Discerning the right Christmas Offering

The secular spectacle of the holiday season is often a distraction for Catholics who want to focus on the real reason for the season — our Lord’s birth.

This year has provided even more distractions with worries about the pandemic, the election, the economy, and social unrest. The events of 2020 put us back on our heels — and often on our knees in prayer.

Our faith has taught us to trust our Lord as God’s promise remains unchanged since the days of Abraham.

“Therefore, the Lord Himself will give you a sign: Behold, the virgin will conceive and give birth to a son, and she will name Him Immanuel” (Is 7:14).

As you reflect on this year, you may be inspired to celebrate Christ’s birth with a gift to His Church. There are many ways you can share the prosperity the Lord has bestowed upon you with the ministries and charities around the Archdiocese of Denver.  

The Archbishop’s Catholic Appeal supports over 40 ministries that work each day to extend God’s promise to his believers. We also have our seminaries, the Prophet Elijah House priest’s retirement home, Annunciation Heights summer camp, Seeds of Hope scholarship fund and Centro San Juan Diego for Hispanic outreach.

Here are some questions I often receive from people contemplating a donation to the archdiocese.

Q. How do I decide where to give?

A. Ask God to guide you in your giving and seek his assistance in setting your priorities. Visit websites to see which charitable causes touch your heart.  You can read about the Archdiocese of Denver’s 40 ministries in the Denver Catholic and on the webpage: impact.archden.org/stories. If you want more children to receive a Catholic Education – support Seeds of Hope. If you are concerned about the formation of our priests – support the Seminaries Appeal. What other Archdiocese of Denver ministries inspire you?

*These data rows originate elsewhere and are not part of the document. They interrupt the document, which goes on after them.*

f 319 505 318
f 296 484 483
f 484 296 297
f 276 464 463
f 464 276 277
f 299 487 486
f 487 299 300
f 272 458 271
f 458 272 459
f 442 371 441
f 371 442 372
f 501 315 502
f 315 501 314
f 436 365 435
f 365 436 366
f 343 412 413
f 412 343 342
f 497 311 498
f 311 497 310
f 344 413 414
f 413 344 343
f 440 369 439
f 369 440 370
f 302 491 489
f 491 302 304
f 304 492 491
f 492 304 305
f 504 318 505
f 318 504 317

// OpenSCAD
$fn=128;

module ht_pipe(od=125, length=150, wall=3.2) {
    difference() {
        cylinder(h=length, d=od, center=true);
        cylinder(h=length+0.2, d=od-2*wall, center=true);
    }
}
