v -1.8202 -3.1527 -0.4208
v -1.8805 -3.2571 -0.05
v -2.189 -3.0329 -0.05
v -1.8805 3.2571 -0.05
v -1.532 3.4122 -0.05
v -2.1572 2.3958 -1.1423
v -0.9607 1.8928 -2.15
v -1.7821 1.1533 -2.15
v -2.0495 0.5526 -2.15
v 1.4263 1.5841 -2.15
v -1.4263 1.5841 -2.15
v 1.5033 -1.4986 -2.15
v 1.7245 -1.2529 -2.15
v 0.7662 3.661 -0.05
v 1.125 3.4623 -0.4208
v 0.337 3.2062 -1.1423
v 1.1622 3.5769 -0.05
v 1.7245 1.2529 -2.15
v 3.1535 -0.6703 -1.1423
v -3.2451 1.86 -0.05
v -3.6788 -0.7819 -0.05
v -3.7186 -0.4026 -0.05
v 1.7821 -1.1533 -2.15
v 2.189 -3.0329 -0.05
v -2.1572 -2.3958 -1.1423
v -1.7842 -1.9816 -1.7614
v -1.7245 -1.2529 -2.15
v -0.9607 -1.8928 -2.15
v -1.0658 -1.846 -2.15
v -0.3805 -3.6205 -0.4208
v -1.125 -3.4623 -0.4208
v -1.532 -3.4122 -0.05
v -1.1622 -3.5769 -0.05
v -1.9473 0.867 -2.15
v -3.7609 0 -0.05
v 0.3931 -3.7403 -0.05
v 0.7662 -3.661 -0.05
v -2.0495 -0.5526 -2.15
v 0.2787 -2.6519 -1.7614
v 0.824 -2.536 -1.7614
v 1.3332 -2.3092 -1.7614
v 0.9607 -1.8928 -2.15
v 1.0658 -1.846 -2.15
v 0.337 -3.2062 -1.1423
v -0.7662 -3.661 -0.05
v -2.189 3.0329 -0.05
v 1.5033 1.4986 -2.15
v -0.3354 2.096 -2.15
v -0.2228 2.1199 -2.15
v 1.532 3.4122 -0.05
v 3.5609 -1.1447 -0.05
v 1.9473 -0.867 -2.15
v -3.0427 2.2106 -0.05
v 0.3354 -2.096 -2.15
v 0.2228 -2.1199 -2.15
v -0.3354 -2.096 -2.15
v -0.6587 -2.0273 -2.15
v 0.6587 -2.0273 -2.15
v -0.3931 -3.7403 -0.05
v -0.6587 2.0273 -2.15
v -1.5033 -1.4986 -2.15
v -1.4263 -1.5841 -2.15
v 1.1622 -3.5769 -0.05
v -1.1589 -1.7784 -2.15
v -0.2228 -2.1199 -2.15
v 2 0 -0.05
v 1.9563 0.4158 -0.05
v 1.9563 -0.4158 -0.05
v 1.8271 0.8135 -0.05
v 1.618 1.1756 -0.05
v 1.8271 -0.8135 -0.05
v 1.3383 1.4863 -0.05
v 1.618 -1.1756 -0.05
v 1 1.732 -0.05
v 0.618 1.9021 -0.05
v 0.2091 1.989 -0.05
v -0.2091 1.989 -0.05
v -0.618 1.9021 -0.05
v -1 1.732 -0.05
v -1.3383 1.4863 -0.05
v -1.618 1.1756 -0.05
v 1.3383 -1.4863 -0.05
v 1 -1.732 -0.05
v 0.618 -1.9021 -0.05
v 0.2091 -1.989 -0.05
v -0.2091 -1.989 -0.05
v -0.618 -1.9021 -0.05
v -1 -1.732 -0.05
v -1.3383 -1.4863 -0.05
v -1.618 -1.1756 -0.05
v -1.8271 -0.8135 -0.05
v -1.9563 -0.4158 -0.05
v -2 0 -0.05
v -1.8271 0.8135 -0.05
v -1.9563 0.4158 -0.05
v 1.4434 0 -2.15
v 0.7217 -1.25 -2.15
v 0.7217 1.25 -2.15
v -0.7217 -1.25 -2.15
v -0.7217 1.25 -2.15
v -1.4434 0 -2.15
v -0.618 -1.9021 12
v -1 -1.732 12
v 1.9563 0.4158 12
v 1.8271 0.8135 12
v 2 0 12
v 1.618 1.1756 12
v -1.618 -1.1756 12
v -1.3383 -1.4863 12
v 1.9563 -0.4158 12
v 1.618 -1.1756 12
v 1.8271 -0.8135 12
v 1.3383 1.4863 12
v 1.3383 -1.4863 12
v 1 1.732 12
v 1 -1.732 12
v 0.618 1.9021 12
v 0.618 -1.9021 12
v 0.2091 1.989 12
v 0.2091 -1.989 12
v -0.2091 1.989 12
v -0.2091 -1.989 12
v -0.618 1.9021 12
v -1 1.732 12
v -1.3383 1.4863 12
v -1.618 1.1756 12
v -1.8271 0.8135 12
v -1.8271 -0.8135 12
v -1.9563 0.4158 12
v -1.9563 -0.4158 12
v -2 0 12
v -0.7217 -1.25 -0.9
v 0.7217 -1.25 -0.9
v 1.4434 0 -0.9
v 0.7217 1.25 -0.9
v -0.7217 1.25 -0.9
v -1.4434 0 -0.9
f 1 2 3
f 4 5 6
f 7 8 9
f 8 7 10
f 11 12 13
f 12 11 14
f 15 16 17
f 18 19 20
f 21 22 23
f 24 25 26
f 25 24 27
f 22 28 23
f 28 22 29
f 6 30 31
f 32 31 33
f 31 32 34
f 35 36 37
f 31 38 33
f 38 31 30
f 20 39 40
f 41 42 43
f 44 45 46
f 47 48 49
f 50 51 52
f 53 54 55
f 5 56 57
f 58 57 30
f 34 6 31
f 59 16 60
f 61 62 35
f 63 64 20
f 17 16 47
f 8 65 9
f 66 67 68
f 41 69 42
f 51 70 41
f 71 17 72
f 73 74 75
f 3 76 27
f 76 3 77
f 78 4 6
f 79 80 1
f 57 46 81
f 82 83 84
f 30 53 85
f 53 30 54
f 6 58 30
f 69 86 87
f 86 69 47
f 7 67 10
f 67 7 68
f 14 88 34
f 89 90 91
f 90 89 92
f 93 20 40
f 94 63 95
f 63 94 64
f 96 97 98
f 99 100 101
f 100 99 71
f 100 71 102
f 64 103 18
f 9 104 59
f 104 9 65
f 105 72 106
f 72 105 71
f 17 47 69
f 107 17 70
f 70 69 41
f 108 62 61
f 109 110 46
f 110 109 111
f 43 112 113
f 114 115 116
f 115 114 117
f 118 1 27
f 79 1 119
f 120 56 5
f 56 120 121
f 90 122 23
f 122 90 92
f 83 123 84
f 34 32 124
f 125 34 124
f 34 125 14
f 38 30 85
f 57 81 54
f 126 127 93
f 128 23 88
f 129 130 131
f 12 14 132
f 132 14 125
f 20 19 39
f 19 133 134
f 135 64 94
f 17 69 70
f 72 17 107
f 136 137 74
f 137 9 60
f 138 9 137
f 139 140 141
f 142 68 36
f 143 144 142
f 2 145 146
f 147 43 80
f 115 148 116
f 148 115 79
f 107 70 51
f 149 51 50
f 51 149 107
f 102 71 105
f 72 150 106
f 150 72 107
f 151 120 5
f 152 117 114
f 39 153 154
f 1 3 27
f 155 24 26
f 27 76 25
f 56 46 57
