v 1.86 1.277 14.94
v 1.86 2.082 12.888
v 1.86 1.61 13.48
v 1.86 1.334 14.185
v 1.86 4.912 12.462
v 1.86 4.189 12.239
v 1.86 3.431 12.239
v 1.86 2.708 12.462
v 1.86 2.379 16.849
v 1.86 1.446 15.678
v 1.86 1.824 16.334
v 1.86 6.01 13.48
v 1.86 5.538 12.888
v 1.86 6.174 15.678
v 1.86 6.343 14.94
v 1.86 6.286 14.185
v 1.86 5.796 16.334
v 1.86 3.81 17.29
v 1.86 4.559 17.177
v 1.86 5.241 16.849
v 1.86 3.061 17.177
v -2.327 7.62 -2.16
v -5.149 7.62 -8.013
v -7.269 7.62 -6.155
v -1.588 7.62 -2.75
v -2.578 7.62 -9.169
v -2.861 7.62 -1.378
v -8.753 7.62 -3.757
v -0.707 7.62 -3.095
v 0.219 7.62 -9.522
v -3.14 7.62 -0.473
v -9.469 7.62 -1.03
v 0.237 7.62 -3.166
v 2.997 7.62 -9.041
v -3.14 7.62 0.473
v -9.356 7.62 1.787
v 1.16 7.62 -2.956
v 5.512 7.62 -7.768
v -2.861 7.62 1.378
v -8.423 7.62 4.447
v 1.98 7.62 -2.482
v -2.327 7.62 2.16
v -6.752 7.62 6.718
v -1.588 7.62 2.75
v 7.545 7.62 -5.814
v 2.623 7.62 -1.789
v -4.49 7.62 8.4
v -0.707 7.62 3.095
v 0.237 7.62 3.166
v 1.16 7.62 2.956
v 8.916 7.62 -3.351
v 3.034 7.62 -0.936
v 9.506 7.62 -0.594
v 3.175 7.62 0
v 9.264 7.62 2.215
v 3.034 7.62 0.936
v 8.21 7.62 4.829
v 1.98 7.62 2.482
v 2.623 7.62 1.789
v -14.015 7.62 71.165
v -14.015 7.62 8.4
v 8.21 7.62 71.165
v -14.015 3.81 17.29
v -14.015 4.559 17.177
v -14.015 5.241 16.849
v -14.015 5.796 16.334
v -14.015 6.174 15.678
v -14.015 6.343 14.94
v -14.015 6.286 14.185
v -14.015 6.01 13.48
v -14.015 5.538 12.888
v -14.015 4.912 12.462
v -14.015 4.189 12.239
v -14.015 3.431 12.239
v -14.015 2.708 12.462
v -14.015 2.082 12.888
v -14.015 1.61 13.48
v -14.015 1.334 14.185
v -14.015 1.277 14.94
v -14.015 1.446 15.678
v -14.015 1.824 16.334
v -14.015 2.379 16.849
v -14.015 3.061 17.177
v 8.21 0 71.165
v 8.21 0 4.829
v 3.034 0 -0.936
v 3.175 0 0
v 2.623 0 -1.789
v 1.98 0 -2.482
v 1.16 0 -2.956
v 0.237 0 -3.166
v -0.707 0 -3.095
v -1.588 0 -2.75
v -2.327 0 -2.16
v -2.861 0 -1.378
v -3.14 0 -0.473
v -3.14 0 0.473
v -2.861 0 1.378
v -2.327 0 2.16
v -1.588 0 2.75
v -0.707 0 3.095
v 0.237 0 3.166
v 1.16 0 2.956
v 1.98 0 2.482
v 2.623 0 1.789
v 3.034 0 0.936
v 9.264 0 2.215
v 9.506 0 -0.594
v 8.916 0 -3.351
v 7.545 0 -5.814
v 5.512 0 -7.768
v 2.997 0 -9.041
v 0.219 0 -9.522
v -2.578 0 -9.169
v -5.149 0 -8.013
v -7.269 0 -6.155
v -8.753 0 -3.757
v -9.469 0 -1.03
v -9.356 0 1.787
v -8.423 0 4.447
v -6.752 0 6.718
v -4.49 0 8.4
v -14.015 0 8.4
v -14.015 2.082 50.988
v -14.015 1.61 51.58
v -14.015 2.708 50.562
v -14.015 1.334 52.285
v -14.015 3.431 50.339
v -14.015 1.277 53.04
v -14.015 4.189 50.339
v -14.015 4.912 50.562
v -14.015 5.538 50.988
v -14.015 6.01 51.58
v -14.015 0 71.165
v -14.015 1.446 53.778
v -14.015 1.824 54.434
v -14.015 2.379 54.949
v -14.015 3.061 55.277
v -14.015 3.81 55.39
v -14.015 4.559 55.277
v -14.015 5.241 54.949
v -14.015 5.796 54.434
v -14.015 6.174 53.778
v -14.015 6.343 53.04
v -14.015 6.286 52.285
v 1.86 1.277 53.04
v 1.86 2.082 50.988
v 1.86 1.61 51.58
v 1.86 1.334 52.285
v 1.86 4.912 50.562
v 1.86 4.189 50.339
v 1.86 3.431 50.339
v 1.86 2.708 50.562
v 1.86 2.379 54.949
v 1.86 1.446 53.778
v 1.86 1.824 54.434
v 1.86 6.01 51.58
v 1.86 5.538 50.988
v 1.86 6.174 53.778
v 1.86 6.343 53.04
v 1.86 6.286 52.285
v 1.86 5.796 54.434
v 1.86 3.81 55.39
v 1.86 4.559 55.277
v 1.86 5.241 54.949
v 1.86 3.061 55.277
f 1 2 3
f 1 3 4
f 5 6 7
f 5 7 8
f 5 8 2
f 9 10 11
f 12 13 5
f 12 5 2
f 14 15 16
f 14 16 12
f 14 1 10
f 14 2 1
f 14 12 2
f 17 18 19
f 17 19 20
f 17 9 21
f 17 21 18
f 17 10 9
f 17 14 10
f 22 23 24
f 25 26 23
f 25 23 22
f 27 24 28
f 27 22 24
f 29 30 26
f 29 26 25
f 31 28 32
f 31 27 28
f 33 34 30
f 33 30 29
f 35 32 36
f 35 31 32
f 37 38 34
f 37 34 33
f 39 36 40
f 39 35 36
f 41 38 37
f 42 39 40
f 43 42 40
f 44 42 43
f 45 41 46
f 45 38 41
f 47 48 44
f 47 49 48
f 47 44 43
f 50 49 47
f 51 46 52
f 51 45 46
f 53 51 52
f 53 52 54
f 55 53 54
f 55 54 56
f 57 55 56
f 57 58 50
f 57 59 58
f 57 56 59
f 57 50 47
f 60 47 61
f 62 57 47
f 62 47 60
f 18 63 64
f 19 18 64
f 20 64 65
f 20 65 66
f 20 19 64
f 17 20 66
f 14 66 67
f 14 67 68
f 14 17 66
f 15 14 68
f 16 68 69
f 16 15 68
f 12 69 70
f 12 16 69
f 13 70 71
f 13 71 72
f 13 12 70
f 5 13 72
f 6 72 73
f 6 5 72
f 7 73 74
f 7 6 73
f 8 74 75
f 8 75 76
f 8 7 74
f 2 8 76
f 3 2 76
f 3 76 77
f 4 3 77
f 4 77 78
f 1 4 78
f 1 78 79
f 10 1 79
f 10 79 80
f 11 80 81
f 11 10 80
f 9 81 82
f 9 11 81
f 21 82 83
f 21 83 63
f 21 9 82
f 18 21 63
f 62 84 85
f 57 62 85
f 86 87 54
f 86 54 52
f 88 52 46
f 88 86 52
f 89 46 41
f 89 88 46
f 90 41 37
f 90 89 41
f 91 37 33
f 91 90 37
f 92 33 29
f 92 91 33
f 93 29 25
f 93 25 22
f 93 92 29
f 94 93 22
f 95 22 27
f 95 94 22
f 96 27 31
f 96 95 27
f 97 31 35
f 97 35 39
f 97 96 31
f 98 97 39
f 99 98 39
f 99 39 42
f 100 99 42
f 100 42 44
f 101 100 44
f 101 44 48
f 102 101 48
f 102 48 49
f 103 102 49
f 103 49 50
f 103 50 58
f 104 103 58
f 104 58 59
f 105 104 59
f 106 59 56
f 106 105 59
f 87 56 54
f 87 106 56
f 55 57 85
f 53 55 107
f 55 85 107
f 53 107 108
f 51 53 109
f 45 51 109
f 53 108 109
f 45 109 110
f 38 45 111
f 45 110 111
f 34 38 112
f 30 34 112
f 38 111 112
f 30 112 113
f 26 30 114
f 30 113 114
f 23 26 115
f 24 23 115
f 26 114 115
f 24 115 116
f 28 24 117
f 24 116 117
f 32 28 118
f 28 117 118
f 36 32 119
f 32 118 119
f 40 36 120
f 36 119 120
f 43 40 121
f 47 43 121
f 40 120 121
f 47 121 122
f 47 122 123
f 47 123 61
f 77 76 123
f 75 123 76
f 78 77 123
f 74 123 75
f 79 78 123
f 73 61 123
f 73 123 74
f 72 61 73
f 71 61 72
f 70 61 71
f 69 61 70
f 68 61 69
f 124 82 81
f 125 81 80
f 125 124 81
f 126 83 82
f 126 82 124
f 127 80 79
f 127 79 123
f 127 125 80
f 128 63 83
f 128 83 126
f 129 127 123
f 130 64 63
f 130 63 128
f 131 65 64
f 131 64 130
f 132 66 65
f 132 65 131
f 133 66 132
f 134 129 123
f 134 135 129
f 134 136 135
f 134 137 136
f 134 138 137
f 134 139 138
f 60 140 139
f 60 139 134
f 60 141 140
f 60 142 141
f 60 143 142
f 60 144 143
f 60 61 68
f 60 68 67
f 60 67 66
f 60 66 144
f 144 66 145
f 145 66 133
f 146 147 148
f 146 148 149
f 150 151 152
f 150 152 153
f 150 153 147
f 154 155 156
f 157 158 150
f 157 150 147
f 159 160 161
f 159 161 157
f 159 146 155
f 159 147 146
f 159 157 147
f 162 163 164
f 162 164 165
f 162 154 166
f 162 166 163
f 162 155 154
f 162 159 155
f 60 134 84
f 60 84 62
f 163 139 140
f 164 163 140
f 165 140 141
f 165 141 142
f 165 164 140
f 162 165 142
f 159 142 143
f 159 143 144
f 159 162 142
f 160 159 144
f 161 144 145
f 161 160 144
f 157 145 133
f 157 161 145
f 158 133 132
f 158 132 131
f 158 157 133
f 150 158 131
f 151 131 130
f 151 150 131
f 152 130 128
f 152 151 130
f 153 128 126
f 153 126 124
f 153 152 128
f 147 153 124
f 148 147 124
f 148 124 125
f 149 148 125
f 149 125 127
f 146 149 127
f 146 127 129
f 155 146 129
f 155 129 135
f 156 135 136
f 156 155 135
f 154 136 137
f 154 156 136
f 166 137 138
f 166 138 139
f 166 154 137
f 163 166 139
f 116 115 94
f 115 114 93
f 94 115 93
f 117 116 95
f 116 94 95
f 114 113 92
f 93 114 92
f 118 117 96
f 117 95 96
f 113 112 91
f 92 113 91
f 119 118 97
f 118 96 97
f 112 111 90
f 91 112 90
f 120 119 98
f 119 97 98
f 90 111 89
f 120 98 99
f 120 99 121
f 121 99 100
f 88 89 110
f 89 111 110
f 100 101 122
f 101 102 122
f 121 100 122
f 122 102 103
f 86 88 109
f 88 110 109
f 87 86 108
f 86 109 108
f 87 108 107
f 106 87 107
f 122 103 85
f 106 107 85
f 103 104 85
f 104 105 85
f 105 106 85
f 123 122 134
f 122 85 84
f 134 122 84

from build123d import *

# Parameters (mm, degrees)
SKETCH1_R           = 3.175
BOSS_EXTRUDE1_DEPTH = 7.62
SKETCH2_R           = 2.54
CUT_EXTRUDE1_DEPTH  = 6.35
SKETCH3_W           = 62.764867648
SKETCH3_H           = 7.62
SKETCH3_R           = 2.54
BOSS_EXTRUDE2_DEPTH = 9.525


with BuildPart() as part:
    # Sketch1 → Boss-Extrude1 (new body)
    with BuildSketch(Plane(origin=(0, 0, 0), x_dir=(1, 0, 0), z_dir=(0, 1, 0))):
        with BuildLine():
            Line((-4.490128061, -8.400260413), (-4.490128061, -71.165128061))
            Line((-4.490128061, -71.165128061), (8.209871939, -71.165128061))
            Line((8.209871939, -71.165128061), (8.209871939, -4.829454186))
            ThreePointArc((8.209871939, -4.829454186), (-2.578136518, 9.169451297), (-4.490128061, -8.400260413))
        make_face()
        Circle(SKETCH1_R, mode=Mode.SUBTRACT)
    extrude(amount=BOSS_EXTRUDE1_DEPTH)

    # Sketch2 → Cut-Extrude1 (cut)
    with BuildSketch(Plane.ZY.offset(4.490128061)):
        with Locations((14.750260413, 3.81)):
            Circle(SKETCH2_R)
        with Locations((52.850260413, 3.81)):
            Circle(SKETCH2_R)
    extrude(amount=-CUT_EXTRUDE1_DEPTH, mode=Mode.SUBTRACT)

    # Sketch3 → Boss-Extrude2 (add)
    with BuildSketch(Plane.ZY.offset(4.490128061)):
        with Locations((39.782694237, 3.81)):
            Rectangle(SKETCH3_W, SKETCH3_H)
        with Locations((52.850260413, 3.81)):
            Circle(SKETCH3_R, mode=Mode.SUBTRACT)
        with Locations((14.750260413, 3.81)):
            Circle(SKETCH3_R, mode=Mode.SUBTRACT)
    extrude(amount=BOSS_EXTRUDE2_DEPTH)


solid = part.part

Q. How do I determine how much to give?

A. Think about sacrificial giving and have a budget. Your Christmas giving plan can be similar to your budget for your Christmas shopping for family and friends. Make a list. Reflect on a favorite Bible passage or on what matters most to your family as you reflect on your list. 

“Amen, I say to you, whatever you did for one of these least of brothers of mine, you did for me” (Mt 25:40).

Q. The more I give, the more I get to deduct on my taxes, right?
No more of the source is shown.